Below this line is a set of entries; quote exactly the lines from the line that contains "#14=VERTEX_POINT('',#13);" to the line that contains "#30=ORIENTED_EDGE('',*,*,#29,.F.);", both lines included.

------------------------------------------------------------

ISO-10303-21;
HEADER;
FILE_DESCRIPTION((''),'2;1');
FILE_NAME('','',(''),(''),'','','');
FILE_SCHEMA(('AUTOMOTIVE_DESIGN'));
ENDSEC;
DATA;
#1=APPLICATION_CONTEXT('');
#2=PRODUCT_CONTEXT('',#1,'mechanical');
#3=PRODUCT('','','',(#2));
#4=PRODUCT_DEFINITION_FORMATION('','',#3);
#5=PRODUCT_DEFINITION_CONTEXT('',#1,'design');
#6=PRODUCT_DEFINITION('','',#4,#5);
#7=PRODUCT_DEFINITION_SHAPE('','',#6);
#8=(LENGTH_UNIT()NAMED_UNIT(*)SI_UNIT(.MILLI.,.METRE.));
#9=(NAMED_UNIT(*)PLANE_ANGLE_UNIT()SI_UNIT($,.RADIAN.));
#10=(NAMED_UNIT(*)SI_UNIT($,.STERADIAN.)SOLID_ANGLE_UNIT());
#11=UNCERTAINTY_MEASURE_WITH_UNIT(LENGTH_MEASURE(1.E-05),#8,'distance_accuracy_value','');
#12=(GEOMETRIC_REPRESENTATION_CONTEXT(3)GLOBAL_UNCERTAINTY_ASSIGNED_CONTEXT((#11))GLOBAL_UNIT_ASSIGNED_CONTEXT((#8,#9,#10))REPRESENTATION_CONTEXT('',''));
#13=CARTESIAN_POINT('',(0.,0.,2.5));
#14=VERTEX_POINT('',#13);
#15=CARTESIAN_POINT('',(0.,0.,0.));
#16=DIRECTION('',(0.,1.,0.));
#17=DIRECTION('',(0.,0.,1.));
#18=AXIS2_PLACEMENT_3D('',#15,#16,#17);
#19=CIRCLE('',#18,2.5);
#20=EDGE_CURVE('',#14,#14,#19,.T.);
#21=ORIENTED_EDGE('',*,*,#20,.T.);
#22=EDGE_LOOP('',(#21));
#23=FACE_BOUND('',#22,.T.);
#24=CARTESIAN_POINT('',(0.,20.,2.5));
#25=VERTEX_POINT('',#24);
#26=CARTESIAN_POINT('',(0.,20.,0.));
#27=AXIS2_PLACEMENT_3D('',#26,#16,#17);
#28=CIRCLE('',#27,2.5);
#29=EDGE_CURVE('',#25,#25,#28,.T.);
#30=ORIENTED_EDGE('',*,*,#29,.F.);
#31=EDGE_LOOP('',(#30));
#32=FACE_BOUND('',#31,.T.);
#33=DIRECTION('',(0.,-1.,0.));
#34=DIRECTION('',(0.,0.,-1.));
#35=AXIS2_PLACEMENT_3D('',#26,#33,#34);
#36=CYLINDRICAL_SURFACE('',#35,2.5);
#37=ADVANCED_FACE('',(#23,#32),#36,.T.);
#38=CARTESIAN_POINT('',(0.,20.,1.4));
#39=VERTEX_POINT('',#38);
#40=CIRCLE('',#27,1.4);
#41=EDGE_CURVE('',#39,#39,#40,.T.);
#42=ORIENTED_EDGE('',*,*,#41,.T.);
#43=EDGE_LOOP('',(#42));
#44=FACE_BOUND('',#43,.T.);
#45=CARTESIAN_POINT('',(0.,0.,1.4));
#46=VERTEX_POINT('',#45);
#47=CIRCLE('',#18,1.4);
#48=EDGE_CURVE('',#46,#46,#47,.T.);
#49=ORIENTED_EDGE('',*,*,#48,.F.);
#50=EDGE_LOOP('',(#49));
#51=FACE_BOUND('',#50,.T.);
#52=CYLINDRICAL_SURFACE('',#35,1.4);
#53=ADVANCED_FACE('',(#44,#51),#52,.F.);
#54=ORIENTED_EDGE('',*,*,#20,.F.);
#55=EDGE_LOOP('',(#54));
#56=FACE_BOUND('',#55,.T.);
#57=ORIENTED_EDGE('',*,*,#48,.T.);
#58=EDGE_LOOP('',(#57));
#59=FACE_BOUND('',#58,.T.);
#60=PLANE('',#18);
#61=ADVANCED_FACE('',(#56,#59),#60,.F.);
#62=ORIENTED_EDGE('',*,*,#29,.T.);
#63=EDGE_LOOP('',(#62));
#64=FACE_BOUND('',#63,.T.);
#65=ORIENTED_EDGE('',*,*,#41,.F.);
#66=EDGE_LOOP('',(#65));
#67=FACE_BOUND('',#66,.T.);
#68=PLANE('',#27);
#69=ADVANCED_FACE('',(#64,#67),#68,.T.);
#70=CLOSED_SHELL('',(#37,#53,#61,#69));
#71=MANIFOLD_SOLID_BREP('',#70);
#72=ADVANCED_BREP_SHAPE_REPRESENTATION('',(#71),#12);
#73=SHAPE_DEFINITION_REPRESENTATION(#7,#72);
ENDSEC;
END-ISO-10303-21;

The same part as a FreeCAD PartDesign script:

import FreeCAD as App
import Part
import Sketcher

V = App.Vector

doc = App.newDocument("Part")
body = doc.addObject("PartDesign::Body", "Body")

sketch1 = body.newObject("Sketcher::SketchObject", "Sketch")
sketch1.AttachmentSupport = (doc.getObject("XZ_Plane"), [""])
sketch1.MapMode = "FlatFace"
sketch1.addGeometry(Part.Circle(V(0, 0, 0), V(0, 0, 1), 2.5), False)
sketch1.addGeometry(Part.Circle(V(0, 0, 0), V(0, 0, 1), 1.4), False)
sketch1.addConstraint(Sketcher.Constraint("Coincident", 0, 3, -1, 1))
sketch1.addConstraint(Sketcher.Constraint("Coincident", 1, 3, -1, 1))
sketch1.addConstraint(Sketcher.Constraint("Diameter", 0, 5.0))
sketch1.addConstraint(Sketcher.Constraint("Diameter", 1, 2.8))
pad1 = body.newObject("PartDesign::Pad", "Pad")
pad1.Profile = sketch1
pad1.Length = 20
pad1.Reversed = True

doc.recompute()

------------------------------------------------------------

* _Answer area_:
#14=VERTEX_POINT('',#13);
#15=CARTESIAN_POINT('',(0.,0.,0.));
#16=DIRECTION('',(0.,1.,0.));
#17=DIRECTION('',(0.,0.,1.));
#18=AXIS2_PLACEMENT_3D('',#15,#16,#17);
#19=CIRCLE('',#18,2.5);
#20=EDGE_CURVE('',#14,#14,#19,.T.);
#21=ORIENTED_EDGE('',*,*,#20,.T.);
#22=EDGE_LOOP('',(#21));
#23=FACE_BOUND('',#22,.T.);
#24=CARTESIAN_POINT('',(0.,20.,2.5));
#25=VERTEX_POINT('',#24);
#26=CARTESIAN_POINT('',(0.,20.,0.));
#27=AXIS2_PLACEMENT_3D('',#26,#16,#17);
#28=CIRCLE('',#27,2.5);
#29=EDGE_CURVE('',#25,#25,#28,.T.);
#30=ORIENTED_EDGE('',*,*,#29,.F.);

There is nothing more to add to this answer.